Prompt -
Copy the lines exactly as they appear, starting with the first line of the records and ending with the line that contains "#277=EDGE_LOOP('',(#273,#274,#275,#276));".

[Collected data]
^^^^
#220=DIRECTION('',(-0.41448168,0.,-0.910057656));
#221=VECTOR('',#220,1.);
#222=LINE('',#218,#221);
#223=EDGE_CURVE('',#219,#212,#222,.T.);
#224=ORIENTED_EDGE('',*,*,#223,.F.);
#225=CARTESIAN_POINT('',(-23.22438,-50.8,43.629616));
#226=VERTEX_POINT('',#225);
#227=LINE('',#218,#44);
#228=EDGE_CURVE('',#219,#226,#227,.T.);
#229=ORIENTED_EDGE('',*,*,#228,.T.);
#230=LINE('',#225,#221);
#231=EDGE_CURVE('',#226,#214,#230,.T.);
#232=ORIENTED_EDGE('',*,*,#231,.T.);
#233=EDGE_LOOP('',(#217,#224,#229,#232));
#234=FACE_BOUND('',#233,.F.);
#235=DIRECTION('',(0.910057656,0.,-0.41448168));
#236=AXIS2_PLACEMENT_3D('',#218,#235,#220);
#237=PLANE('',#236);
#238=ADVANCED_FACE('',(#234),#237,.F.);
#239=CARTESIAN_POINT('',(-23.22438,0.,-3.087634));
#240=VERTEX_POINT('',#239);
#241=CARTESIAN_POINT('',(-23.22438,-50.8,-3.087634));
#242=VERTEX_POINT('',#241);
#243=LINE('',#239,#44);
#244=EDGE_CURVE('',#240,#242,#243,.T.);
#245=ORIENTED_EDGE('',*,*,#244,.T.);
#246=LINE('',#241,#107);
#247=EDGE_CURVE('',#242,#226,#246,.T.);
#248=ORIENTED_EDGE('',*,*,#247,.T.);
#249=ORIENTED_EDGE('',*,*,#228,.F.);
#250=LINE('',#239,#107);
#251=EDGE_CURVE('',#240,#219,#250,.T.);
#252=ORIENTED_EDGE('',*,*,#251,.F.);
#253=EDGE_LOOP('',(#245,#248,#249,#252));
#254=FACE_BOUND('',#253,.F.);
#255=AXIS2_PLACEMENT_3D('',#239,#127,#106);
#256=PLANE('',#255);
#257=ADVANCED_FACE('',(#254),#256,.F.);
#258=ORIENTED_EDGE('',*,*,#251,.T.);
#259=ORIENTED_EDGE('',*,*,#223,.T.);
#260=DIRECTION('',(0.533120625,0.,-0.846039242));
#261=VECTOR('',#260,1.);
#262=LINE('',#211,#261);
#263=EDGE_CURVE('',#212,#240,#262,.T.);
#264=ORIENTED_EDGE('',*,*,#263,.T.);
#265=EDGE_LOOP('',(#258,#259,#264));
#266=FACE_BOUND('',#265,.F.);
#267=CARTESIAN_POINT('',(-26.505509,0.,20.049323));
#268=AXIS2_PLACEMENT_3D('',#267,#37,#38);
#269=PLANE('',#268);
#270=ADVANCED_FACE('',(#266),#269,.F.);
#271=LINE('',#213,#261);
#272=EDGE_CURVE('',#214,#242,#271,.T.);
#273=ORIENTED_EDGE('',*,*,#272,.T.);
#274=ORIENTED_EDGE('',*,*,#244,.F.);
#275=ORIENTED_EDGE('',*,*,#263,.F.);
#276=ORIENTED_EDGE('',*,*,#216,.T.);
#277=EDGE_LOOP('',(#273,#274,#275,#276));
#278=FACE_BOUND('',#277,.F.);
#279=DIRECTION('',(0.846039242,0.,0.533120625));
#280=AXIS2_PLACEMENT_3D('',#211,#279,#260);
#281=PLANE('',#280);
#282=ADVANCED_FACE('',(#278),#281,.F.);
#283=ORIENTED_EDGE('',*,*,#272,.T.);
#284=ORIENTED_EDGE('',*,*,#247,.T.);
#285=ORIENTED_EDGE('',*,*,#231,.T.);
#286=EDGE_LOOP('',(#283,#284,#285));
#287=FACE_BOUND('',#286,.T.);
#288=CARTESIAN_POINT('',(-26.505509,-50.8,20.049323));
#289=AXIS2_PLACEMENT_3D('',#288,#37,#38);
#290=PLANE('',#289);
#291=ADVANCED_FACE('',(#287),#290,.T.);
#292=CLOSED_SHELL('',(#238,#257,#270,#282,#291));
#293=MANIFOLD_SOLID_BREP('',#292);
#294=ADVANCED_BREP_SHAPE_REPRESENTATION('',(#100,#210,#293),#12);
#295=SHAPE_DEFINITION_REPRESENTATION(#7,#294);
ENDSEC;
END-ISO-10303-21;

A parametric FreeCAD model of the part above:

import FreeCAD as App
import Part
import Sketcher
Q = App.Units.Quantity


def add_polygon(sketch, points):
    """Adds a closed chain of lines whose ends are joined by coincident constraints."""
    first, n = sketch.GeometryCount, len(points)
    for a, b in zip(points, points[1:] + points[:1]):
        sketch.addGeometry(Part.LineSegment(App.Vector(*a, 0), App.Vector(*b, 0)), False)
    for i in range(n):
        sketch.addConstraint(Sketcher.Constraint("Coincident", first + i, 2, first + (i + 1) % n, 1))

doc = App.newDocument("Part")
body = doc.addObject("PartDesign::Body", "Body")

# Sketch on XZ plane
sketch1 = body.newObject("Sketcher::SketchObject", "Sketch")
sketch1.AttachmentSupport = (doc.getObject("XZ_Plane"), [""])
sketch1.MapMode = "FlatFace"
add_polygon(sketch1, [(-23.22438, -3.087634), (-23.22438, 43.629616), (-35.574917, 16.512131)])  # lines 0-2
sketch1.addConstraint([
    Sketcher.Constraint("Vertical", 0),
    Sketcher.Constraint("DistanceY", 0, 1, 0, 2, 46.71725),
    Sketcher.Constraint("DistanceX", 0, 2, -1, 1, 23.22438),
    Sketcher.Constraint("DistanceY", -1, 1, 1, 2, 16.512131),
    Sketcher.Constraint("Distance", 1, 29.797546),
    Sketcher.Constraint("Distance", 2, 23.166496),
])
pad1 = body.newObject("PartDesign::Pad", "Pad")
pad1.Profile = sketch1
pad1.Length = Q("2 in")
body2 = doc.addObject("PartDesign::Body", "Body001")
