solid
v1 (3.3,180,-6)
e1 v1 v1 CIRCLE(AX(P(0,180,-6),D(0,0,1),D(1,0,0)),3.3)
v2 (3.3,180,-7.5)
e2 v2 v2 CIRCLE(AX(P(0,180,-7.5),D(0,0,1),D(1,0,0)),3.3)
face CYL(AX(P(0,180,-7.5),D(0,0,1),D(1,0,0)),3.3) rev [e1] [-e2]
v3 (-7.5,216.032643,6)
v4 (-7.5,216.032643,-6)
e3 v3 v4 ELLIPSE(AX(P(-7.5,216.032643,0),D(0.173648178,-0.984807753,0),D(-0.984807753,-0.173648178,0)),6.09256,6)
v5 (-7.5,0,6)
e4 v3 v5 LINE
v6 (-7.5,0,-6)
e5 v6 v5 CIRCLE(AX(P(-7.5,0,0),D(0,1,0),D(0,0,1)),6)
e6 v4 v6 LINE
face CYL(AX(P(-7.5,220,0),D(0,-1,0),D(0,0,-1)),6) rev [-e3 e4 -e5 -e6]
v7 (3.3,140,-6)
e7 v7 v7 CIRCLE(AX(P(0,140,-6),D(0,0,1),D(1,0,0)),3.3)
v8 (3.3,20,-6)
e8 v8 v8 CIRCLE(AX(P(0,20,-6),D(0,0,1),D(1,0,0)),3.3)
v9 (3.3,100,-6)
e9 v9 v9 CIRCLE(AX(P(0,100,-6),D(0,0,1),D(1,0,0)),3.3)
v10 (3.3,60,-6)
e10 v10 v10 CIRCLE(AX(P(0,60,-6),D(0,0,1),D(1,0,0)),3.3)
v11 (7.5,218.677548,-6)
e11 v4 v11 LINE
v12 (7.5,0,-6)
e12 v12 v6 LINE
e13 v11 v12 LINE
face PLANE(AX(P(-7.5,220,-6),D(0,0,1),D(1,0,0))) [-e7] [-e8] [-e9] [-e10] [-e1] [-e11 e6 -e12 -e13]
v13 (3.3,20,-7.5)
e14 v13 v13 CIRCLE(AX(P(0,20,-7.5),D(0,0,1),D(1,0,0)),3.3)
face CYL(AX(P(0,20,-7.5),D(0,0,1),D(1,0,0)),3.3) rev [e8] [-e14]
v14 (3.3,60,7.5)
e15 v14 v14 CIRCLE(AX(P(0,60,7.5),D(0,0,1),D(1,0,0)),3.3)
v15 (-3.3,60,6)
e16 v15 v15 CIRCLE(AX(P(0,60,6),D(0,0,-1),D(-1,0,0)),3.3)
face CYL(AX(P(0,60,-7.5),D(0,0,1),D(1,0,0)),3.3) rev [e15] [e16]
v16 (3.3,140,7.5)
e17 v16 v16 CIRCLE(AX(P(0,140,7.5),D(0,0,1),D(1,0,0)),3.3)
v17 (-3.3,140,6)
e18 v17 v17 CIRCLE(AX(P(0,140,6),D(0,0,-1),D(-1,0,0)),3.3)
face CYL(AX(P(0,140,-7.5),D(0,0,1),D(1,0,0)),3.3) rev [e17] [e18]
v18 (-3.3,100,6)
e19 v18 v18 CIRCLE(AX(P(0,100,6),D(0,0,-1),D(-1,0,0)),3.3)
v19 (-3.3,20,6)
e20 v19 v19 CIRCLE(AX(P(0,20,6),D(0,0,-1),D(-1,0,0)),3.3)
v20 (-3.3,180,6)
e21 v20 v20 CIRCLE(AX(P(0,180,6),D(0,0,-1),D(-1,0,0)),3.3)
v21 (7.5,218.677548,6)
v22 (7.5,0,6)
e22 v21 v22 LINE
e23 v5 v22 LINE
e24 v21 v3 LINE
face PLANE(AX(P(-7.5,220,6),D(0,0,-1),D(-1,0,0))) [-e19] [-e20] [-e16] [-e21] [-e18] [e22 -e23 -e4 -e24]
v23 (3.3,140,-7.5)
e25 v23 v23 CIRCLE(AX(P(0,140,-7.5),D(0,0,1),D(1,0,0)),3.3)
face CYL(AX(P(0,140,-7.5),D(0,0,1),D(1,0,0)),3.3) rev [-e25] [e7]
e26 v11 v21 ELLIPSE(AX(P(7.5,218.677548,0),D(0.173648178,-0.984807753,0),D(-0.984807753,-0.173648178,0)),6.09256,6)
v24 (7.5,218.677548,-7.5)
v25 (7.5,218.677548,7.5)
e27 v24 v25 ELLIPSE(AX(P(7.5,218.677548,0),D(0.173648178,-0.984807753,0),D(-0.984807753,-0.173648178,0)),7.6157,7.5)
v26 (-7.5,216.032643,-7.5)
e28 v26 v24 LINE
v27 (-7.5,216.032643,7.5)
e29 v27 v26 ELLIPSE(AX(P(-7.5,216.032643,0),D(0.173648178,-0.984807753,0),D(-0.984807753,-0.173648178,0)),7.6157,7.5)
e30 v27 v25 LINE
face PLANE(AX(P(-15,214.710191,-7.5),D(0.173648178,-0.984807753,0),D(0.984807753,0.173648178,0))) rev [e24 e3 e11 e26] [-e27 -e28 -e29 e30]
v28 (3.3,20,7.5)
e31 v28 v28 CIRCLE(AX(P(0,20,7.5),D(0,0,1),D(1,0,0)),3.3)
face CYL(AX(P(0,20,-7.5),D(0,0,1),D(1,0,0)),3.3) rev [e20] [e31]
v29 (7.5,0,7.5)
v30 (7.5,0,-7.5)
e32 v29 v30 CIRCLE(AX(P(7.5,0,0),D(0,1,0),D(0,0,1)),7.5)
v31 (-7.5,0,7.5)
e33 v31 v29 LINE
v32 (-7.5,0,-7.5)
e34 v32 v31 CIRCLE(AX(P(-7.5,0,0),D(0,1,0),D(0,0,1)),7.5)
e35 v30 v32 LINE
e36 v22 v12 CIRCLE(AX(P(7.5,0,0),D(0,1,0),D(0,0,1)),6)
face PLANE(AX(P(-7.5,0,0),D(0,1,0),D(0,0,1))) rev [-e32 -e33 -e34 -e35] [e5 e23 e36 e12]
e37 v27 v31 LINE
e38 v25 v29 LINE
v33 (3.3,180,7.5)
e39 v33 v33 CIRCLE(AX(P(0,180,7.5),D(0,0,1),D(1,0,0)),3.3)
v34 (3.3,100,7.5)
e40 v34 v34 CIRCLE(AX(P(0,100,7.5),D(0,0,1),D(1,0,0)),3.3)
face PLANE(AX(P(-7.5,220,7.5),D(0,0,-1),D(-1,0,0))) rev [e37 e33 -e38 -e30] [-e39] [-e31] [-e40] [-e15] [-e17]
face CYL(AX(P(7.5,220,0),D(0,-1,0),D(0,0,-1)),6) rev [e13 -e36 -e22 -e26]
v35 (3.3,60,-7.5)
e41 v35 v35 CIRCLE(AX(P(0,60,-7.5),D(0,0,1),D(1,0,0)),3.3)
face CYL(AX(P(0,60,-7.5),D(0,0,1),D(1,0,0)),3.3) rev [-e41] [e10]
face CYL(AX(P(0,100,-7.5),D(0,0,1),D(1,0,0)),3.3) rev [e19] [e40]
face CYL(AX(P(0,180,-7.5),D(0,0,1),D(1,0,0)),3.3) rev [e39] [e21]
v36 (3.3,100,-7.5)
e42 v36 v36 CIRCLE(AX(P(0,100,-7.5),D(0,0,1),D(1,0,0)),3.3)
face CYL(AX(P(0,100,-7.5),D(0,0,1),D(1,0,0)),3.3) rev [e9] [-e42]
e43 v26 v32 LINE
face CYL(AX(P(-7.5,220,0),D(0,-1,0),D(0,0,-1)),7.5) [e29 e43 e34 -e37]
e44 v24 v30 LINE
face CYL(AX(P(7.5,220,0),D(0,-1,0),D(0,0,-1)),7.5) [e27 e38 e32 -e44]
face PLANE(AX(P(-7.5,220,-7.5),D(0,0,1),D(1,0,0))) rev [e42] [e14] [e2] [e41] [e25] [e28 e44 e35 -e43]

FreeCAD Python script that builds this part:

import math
import FreeCAD as App
import Part
import Sketcher
from FreeCAD import Vector
Q = App.Units.Quantity

doc = App.newDocument("Part")
params = doc.addObject("Spreadsheet::Sheet", "Params")
for row, (alias, value) in enumerate([
    ("sketch1_radius", "6 mm"),
    ("sketch1_radius2", "7.5 mm"),
    ("sketch1_width", "15 mm"),
    ("pad1_length", "220 mm"),
    ("sketch2_diameter", "6.6 mm"),
    ("sketch2_width", "30 mm"),
], start=1):
    params.set(f"A{row}", alias)
    params.set(f"B{row}", "=" + value)
    params.setAlias(f"B{row}", alias)

body = doc.addObject("PartDesign::Body", "Body")

# Sketch on XZ plane
sketch1 = body.newObject("Sketcher::SketchObject", "Sketch")
sketch1.AttachmentSupport = (doc.getObject("XZ_Plane"), [""])
sketch1.MapMode = "FlatFace"
sketch1.addGeometry([
    Part.LineSegment(Vector(7.5, -7.5, 0), Vector(-7.5, -7.5, 0)),  # 0
    Part.ArcOfCircle(Part.Circle(Vector(-7.5, 0, 0), Vector(0, 0, 1), 7.5), math.radians(90), math.radians(270)),  # 1
    Part.LineSegment(Vector(-7.5, 7.5, 0), Vector(7.5, 7.5, 0)),  # 2
    Part.ArcOfCircle(Part.Circle(Vector(7.5, 0, 0), Vector(0, 0, 1), 7.5), math.radians(-90), math.radians(90)),  # 3
    Part.LineSegment(Vector(-7.5, -6, 0), Vector(7.5, -6, 0)),  # 4
    Part.ArcOfCircle(Part.Circle(Vector(7.5, 0, 0), Vector(0, 0, 1), 6), math.radians(-90), math.radians(90)),  # 5
    Part.LineSegment(Vector(7.5, 6, 0), Vector(-7.5, 6, 0)),  # 6
    Part.ArcOfCircle(Part.Circle(Vector(-7.5, 0, 0), Vector(0, 0, 1), 6), math.radians(90), math.radians(270)),  # 7
], False)
sketch1.addConstraint([
    Sketcher.Constraint("Tangent", 0, 2, 1, 2),
    Sketcher.Constraint("Tangent", 1, 1, 2, 1),
    Sketcher.Constraint("Tangent", 2, 2, 3, 2),
    Sketcher.Constraint("Tangent", 3, 1, 0, 1),
    Sketcher.Constraint("Tangent", 4, 2, 5, 1),
    Sketcher.Constraint("Tangent", 5, 2, 6, 1),
    Sketcher.Constraint("Tangent", 6, 2, 7, 1),
    Sketcher.Constraint("Tangent", 7, 2, 4, 1),
    Sketcher.Constraint("Horizontal", 0),
    Sketcher.Constraint("Horizontal", 2),
    Sketcher.Constraint("Horizontal", 4),
    Sketcher.Constraint("Horizontal", 6),
    Sketcher.Constraint("Coincident", 5, 3, 3, 3),
    Sketcher.Constraint("Symmetric", 1, 3, 3, 3, -1, 1),
    Sketcher.Constraint("Vertical", 7, 3, 0, 2),
    Sketcher.Constraint("Radius", 5, 6.0),
    Sketcher.Constraint("Radius", 1, 7.5),
    Sketcher.Constraint("DistanceX", 0, 2, 0, 1, 15.0),
])
sketch1.setExpression("Constraints[15]", "Params.sketch1_radius")
sketch1.setExpression("Constraints[16]", "Params.sketch1_radius2")
sketch1.setExpression("Constraints[17]", "Params.sketch1_width")
pad1 = body.newObject("PartDesign::Pad", "Pad")
pad1.Profile = sketch1
pad1.setExpression("Length", "Params.pad1_length")
pad1.Reversed = True

# Sketch on XY plane
sketch2 = body.newObject("Sketcher::SketchObject", "Sketch001")
sketch2.AttachmentSupport = (doc.getObject("XY_Plane"), [""])
sketch2.MapMode = "FlatFace"
sketch2.AttachmentOffset = App.Placement(Vector(0, 0, 7.5), App.Rotation())
sketch2.addGeometry([
    Part.Circle(Vector(0, 180, 0), Vector(0, 0, 1), 3.3),  # 0
    Part.Circle(Vector(0, 140, 0), Vector(0, 0, 1), 3.3),  # 1
    Part.Circle(Vector(0, 100, 0), Vector(0, 0, 1), 3.3),  # 2
    Part.Circle(Vector(0, 60, 0), Vector(0, 0, 1), 3.3),  # 3
    Part.Circle(Vector(0, 20, 0), Vector(0, 0, 1), 3.3),  # 4
    Part.LineSegment(Vector(15, 220, 0), Vector(-15, 220, 0)),  # 5
    Part.LineSegment(Vector(-15, 220, 0), Vector(-15, 214.710191, 0)),  # 6
    Part.LineSegment(Vector(-15, 214.710191, 0), Vector(15, 220, 0)),  # 7
], False)
sketch2.addConstraint([
    Sketcher.Constraint("Coincident", 5, 2, 6, 1),
    Sketcher.Constraint("Coincident", 6, 2, 7, 1),
    Sketcher.Constraint("Coincident", 7, 2, 5, 1),
    Sketcher.Constraint("Horizontal", 5),
    Sketcher.Constraint("Vertical", 6),
    Sketcher.Constraint("Equal", 0, 1),
    Sketcher.Constraint("Equal", 1, 2),
    Sketcher.Constraint("Equal", 2, 3),
    Sketcher.Constraint("Equal", 3, 4),
    Sketcher.Constraint("PointOnObject", 0, 3, -2),
    Sketcher.Constraint("PointOnObject", 1, 3, -2),
    Sketcher.Constraint("PointOnObject", 2, 3, -2),
    Sketcher.Constraint("PointOnObject", 3, 3, -2),
    Sketcher.Constraint("PointOnObject", 4, 3, -2),
    Sketcher.Constraint("Diameter", 0, 6.6),
    Sketcher.Constraint("DistanceX", 5, 2, 5, 1, 30.0),
    Sketcher.Constraint("Angle", 7, Q("10 deg")),
    Sketcher.Constraint("DistanceY", -1, 1, 0, 3, 180.0),
    Sketcher.Constraint("DistanceY", -1, 1, 1, 3, 140.0),
    Sketcher.Constraint("DistanceY", -1, 1, 2, 3, 100.0),
    Sketcher.Constraint("DistanceY", -1, 1, 3, 3, 60.0),
    Sketcher.Constraint("DistanceY", -1, 1, 4, 3, 20.0),
    Sketcher.Constraint("DistanceX", 5, 2, -1, 1, 15.0),
    Sketcher.Constraint("DistanceY", -1, 1, 5, 2, 220.0),
])
sketch2.setExpression("Constraints[14]", "Params.sketch2_diameter")
sketch2.setExpression("Constraints[15]", "Params.sketch2_width")
pocket1 = body.newObject("PartDesign::Pocket", "Pocket")
pocket1.Profile = sketch2
pocket1.Type = "ThroughAll"

doc.recompute()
^^^^
Solution for this task -
#220=DIRECTION('',(-0.41448168,0.,-0.910057656));
#221=VECTOR('',#220,1.);
#222=LINE('',#218,#221);
#223=EDGE_CURVE('',#219,#212,#222,.T.);
#224=ORIENTED_EDGE('',*,*,#223,.F.);
#225=CARTESIAN_POINT('',(-23.22438,-50.8,43.629616));
#226=VERTEX_POINT('',#225);
#227=LINE('',#218,#44);
#228=EDGE_CURVE('',#219,#226,#227,.T.);
#229=ORIENTED_EDGE('',*,*,#228,.T.);
#230=LINE('',#225,#221);
#231=EDGE_CURVE('',#226,#214,#230,.T.);
#232=ORIENTED_EDGE('',*,*,#231,.T.);
#233=EDGE_LOOP('',(#217,#224,#229,#232));
#234=FACE_BOUND('',#233,.F.);
#235=DIRECTION('',(0.910057656,0.,-0.41448168));
#236=AXIS2_PLACEMENT_3D('',#218,#235,#220);
#237=PLANE('',#236);
#238=ADVANCED_FACE('',(#234),#237,.F.);
#239=CARTESIAN_POINT('',(-23.22438,0.,-3.087634));
#240=VERTEX_POINT('',#239);
#241=CARTESIAN_POINT('',(-23.22438,-50.8,-3.087634));
#242=VERTEX_POINT('',#241);
#243=LINE('',#239,#44);
#244=EDGE_CURVE('',#240,#242,#243,.T.);
#245=ORIENTED_EDGE('',*,*,#244,.T.);
#246=LINE('',#241,#107);
#247=EDGE_CURVE('',#242,#226,#246,.T.);
#248=ORIENTED_EDGE('',*,*,#247,.T.);
#249=ORIENTED_EDGE('',*,*,#228,.F.);
#250=LINE('',#239,#107);
#251=EDGE_CURVE('',#240,#219,#250,.T.);
#252=ORIENTED_EDGE('',*,*,#251,.F.);
#253=EDGE_LOOP('',(#245,#248,#249,#252));
#254=FACE_BOUND('',#253,.F.);
#255=AXIS2_PLACEMENT_3D('',#239,#127,#106);
#256=PLANE('',#255);
#257=ADVANCED_FACE('',(#254),#256,.F.);
#258=ORIENTED_EDGE('',*,*,#251,.T.);
#259=ORIENTED_EDGE('',*,*,#223,.T.);
#260=DIRECTION('',(0.533120625,0.,-0.846039242));
#261=VECTOR('',#260,1.);
#262=LINE('',#211,#261);
#263=EDGE_CURVE('',#212,#240,#262,.T.);
#264=ORIENTED_EDGE('',*,*,#263,.T.);
#265=EDGE_LOOP('',(#258,#259,#264));
#266=FACE_BOUND('',#265,.F.);
#267=CARTESIAN_POINT('',(-26.505509,0.,20.049323));
#268=AXIS2_PLACEMENT_3D('',#267,#37,#38);
#269=PLANE('',#268);
#270=ADVANCED_FACE('',(#266),#269,.F.);
#271=LINE('',#213,#261);
#272=EDGE_CURVE('',#214,#242,#271,.T.);
#273=ORIENTED_EDGE('',*,*,#272,.T.);
#274=ORIENTED_EDGE('',*,*,#244,.F.);
#275=ORIENTED_EDGE('',*,*,#263,.F.);
#276=ORIENTED_EDGE('',*,*,#216,.T.);
#277=EDGE_LOOP('',(#273,#274,#275,#276));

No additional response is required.